[Records from a collection]

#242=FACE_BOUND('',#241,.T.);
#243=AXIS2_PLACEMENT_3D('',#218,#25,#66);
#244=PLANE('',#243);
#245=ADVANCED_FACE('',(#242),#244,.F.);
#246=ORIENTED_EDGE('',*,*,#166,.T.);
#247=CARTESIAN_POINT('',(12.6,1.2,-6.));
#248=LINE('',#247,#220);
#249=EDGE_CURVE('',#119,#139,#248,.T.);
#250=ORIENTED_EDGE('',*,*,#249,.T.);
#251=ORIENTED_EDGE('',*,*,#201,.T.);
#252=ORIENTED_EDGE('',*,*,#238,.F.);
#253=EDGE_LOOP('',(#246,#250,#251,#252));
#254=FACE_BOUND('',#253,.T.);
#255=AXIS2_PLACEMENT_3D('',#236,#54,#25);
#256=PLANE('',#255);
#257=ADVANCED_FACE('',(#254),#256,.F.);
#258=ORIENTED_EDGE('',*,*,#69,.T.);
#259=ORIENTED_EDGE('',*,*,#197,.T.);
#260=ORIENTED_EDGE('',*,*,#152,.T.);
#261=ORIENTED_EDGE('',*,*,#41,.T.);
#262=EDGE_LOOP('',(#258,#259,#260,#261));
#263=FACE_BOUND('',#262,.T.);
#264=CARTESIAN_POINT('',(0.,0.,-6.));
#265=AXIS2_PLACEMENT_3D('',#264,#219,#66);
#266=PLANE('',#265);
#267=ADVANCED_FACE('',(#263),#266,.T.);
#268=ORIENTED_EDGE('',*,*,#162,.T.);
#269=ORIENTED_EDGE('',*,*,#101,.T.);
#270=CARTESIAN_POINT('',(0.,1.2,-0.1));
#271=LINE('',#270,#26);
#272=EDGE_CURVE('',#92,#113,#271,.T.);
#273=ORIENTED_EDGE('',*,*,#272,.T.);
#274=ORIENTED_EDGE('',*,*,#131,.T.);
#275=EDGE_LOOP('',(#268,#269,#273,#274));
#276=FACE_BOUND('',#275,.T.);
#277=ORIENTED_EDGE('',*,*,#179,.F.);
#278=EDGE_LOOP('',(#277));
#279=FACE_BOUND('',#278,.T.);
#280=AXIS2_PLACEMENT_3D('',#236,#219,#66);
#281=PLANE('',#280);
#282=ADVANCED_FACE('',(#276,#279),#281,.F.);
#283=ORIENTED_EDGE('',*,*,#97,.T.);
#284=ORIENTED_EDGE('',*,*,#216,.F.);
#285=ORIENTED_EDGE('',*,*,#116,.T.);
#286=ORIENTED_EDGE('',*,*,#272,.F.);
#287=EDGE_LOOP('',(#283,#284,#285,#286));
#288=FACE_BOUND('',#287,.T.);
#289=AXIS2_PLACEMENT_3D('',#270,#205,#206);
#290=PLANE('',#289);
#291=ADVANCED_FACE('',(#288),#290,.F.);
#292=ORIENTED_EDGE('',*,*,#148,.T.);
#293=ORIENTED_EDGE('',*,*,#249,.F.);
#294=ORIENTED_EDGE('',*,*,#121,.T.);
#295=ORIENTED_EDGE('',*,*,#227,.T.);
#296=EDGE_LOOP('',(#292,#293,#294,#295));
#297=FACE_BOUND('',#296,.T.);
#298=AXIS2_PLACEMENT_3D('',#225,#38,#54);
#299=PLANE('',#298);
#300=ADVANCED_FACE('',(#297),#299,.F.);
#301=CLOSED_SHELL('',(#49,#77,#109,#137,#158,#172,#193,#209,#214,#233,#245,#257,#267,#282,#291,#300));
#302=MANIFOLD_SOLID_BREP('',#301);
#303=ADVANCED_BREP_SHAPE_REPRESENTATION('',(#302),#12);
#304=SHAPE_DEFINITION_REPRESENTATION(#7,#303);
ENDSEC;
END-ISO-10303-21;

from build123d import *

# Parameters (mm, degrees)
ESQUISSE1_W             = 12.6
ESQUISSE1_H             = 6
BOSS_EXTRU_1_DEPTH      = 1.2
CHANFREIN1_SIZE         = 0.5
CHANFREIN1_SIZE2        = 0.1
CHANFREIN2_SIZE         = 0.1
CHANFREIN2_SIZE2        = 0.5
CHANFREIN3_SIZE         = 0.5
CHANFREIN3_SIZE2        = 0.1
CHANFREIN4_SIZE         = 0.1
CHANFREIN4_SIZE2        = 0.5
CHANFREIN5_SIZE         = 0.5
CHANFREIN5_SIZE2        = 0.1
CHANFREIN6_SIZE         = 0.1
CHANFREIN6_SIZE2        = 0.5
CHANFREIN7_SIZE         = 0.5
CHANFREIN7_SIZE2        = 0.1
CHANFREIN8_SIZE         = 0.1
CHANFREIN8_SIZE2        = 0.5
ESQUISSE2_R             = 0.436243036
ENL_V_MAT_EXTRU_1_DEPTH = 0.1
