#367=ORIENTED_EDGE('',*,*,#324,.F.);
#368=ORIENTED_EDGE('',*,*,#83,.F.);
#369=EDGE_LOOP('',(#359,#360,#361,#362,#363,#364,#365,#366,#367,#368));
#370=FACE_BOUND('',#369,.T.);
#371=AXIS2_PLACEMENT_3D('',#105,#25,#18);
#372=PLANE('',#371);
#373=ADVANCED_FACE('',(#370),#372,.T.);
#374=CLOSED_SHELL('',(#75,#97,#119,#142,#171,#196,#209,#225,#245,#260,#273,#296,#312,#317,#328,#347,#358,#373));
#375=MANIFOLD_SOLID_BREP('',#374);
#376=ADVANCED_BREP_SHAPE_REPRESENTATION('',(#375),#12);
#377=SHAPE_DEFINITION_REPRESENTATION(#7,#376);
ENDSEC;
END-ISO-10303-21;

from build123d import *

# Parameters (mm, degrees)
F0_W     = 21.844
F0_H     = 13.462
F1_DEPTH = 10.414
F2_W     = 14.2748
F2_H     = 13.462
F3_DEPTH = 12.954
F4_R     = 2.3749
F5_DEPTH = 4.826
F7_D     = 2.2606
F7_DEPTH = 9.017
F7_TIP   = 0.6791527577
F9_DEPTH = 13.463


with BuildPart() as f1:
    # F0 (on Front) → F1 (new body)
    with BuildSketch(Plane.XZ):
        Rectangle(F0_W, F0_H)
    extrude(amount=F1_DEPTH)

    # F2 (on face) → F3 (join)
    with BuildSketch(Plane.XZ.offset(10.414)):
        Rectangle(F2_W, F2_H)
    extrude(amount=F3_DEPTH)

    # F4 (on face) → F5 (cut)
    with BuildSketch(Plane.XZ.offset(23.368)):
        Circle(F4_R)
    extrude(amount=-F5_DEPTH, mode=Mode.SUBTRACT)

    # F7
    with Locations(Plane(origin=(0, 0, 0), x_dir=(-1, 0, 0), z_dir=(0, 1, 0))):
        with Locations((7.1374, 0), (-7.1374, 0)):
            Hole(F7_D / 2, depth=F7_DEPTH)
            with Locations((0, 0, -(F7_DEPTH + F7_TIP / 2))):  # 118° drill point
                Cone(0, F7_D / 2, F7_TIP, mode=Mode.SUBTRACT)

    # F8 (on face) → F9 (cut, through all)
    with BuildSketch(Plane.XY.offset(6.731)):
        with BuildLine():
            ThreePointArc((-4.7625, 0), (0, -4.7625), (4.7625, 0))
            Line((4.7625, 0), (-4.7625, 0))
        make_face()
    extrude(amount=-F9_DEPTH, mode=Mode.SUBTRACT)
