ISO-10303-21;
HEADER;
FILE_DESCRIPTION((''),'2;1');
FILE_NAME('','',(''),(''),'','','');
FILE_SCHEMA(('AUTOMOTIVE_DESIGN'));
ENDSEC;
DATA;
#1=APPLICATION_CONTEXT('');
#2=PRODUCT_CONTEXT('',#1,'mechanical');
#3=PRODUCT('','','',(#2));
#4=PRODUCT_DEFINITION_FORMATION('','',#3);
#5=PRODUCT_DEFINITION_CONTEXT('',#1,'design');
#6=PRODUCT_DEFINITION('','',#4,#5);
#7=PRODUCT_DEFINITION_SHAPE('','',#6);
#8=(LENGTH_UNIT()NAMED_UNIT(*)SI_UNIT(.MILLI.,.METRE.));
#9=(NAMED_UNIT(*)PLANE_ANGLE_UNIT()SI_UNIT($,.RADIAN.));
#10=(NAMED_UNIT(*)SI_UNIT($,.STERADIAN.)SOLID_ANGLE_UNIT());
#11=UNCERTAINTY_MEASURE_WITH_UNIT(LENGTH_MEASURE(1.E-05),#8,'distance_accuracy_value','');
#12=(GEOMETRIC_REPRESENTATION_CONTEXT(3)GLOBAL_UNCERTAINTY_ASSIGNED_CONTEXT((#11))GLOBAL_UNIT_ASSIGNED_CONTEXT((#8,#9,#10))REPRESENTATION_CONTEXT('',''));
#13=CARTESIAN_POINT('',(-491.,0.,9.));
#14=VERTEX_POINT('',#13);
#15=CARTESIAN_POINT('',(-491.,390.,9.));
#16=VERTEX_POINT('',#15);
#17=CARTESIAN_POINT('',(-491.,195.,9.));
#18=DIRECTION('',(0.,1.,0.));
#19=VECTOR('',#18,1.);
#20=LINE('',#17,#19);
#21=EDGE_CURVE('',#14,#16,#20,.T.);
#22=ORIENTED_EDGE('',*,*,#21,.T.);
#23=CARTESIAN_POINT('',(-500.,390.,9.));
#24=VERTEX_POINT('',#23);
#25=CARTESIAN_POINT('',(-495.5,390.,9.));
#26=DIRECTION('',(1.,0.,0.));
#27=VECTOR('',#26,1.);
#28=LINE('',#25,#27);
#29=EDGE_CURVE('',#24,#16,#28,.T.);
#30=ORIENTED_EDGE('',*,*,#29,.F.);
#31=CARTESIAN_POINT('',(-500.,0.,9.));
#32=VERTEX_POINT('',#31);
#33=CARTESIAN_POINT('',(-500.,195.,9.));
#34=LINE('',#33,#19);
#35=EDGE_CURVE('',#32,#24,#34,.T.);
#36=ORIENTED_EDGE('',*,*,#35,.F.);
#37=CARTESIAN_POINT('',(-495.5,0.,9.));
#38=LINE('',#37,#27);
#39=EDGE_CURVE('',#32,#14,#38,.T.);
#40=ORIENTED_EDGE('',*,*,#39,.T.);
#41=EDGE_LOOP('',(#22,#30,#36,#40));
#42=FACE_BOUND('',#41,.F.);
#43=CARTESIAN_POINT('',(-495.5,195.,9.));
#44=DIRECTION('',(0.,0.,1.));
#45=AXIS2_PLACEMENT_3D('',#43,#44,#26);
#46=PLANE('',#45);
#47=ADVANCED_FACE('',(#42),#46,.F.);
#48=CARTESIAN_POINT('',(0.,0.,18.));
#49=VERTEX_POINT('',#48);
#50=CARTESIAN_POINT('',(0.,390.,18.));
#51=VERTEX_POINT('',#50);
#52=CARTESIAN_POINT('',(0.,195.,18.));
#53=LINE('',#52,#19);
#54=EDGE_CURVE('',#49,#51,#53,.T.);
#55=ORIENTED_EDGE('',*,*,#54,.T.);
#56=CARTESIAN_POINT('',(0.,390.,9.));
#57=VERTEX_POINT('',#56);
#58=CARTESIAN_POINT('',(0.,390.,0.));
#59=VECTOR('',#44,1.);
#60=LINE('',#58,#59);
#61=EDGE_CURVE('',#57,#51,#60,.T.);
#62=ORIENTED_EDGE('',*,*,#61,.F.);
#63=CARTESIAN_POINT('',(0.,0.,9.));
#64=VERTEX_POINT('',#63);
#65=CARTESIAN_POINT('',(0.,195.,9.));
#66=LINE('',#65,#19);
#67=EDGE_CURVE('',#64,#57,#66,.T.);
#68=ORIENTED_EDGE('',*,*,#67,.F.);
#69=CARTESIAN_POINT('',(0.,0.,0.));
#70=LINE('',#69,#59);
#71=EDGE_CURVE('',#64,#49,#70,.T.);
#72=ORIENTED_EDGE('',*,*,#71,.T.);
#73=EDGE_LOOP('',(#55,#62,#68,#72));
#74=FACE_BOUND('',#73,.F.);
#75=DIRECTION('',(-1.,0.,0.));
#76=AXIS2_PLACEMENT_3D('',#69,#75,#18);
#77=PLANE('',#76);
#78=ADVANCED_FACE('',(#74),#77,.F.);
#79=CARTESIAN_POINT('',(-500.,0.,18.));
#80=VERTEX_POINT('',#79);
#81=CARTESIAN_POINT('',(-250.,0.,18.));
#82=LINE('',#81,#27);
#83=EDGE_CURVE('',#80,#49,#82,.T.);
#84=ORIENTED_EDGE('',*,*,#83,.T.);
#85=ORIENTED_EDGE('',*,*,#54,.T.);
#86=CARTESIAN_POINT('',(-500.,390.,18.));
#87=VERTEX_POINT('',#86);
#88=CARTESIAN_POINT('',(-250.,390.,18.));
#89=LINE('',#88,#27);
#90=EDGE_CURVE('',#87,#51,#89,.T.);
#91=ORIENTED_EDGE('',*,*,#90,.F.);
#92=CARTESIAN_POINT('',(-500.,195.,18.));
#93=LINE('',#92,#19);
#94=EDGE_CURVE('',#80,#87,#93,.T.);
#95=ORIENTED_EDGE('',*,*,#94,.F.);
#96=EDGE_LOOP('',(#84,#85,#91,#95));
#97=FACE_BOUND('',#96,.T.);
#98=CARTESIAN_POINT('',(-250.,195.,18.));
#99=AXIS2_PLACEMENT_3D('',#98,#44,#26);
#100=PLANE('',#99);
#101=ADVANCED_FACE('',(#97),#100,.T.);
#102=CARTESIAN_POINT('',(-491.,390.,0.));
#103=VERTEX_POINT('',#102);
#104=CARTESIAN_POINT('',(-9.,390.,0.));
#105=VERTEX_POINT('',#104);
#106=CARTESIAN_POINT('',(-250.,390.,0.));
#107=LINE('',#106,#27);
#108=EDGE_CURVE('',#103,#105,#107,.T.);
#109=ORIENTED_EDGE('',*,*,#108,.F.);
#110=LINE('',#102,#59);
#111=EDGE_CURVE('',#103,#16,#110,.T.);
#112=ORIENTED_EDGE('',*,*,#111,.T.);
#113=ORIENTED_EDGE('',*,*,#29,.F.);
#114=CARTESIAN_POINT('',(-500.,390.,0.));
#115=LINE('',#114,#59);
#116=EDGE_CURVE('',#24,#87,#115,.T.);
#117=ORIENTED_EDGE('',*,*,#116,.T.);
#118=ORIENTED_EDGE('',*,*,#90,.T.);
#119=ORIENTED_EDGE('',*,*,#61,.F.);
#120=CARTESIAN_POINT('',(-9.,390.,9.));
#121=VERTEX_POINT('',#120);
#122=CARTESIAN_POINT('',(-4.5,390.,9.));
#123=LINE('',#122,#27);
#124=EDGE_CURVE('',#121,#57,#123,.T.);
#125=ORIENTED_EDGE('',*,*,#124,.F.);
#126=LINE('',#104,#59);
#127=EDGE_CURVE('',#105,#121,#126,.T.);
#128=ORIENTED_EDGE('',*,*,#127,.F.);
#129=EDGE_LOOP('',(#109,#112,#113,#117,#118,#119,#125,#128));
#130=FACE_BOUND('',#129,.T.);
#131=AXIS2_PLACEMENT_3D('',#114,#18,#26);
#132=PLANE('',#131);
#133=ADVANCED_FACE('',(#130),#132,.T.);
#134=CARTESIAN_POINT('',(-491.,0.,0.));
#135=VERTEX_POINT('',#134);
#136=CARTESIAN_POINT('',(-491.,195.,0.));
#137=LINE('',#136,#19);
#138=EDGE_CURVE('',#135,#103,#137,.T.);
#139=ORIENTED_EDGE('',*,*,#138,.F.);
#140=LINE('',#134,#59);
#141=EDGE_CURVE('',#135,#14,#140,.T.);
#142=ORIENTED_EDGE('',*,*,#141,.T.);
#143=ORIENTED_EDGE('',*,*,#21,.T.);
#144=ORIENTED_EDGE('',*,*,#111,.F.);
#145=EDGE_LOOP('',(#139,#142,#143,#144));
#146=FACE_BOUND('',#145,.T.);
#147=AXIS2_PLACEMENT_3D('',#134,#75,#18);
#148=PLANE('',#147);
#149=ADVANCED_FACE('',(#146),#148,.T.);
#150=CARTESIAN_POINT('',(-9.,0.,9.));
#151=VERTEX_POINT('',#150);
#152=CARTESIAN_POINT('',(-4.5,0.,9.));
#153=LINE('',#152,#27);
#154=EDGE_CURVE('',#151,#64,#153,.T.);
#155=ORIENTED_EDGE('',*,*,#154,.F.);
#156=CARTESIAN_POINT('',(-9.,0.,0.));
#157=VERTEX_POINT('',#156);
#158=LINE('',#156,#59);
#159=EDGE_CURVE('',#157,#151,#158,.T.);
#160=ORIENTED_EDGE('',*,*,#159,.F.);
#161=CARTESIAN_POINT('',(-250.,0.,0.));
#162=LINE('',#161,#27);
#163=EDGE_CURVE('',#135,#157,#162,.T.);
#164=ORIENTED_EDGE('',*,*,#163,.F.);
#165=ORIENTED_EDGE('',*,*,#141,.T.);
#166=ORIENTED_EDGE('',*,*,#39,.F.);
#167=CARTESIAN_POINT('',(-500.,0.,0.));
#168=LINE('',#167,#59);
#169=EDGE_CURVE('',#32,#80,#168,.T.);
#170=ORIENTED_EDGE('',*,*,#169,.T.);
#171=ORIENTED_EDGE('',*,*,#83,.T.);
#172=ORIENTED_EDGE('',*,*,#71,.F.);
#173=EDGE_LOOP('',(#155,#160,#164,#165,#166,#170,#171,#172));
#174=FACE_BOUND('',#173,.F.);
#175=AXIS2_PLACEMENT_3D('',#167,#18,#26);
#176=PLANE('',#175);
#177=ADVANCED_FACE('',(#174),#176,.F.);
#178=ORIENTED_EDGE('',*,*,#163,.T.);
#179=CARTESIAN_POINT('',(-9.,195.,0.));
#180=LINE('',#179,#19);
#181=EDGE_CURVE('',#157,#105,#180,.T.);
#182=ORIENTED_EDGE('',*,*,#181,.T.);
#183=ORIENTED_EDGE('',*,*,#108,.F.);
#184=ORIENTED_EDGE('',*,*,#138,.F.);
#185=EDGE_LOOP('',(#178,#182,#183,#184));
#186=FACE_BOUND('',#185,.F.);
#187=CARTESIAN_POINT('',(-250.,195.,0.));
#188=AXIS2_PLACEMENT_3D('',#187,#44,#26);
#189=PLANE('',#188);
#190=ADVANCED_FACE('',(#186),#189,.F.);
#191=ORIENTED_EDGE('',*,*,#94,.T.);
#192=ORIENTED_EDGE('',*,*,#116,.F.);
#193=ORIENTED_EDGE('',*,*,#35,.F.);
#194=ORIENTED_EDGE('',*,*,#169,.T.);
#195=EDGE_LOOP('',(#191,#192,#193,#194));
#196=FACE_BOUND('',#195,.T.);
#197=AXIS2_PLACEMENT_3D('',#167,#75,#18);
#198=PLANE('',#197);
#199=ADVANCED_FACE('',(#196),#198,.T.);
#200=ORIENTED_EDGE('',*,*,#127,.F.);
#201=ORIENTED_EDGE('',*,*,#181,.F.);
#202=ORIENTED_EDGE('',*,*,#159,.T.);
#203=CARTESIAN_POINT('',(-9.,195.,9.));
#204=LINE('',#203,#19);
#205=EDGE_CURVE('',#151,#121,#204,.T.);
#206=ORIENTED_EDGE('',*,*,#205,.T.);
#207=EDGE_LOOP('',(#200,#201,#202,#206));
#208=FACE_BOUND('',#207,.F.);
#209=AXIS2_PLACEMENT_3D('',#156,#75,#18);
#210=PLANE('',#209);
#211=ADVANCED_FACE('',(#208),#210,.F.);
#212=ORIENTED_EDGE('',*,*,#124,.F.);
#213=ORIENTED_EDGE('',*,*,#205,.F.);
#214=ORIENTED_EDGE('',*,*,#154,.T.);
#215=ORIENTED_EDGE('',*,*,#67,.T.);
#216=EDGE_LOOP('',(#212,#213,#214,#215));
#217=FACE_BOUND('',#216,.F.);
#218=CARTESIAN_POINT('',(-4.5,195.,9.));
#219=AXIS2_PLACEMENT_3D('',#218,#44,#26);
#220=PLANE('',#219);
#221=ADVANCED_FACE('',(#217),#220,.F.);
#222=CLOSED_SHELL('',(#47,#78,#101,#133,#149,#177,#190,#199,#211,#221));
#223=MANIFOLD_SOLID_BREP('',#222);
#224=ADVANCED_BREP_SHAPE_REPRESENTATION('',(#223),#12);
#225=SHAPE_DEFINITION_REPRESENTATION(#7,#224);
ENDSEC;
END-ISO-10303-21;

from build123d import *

# Parameters (mm, degrees)
SKETCH_W     = 500
SKETCH_H     = 390
PAD_DEPTH    = 18
SKETCH001_W  = 9
SKETCH001_H  = 390
POCKET_DEPTH = 9


with BuildPart() as part:
    # Sketch → Pad (new body)
    with BuildSketch(Plane.XY):
        with Locations((-250, 195)):
            Rectangle(SKETCH_W, SKETCH_H)
    extrude(amount=PAD_DEPTH)

    # Sketch001 → Pocket (cut)
    with BuildSketch(Plane.XY):
        with Locations((-4.5, 195)):
            Rectangle(SKETCH001_W, SKETCH001_H)
        with Locations((-495.5, 195)):
            Rectangle(SKETCH001_W, SKETCH001_H)
    extrude(amount=POCKET_DEPTH, mode=Mode.SUBTRACT)


solid = part.part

• Work request: What you return should be exactly the lines above, starting at the one with "#249=EDGE_CURVE('',#119,#139,#248,.T.);" and ending at the one with "#266=PLANE('',#265);", and nothing else.

• Response to the task:
#249=EDGE_CURVE('',#119,#139,#248,.T.);
#250=ORIENTED_EDGE('',*,*,#249,.T.);
#251=ORIENTED_EDGE('',*,*,#201,.T.);
#252=ORIENTED_EDGE('',*,*,#238,.F.);
#253=EDGE_LOOP('',(#246,#250,#251,#252));
#254=FACE_BOUND('',#253,.T.);
#255=AXIS2_PLACEMENT_3D('',#236,#54,#25);
#256=PLANE('',#255);
#257=ADVANCED_FACE('',(#254),#256,.F.);
#258=ORIENTED_EDGE('',*,*,#69,.T.);
#259=ORIENTED_EDGE('',*,*,#197,.T.);
#260=ORIENTED_EDGE('',*,*,#152,.T.);
#261=ORIENTED_EDGE('',*,*,#41,.T.);
#262=EDGE_LOOP('',(#258,#259,#260,#261));
#263=FACE_BOUND('',#262,.T.);
#264=CARTESIAN_POINT('',(0.,0.,-6.));
#265=AXIS2_PLACEMENT_3D('',#264,#219,#66);
#266=PLANE('',#265);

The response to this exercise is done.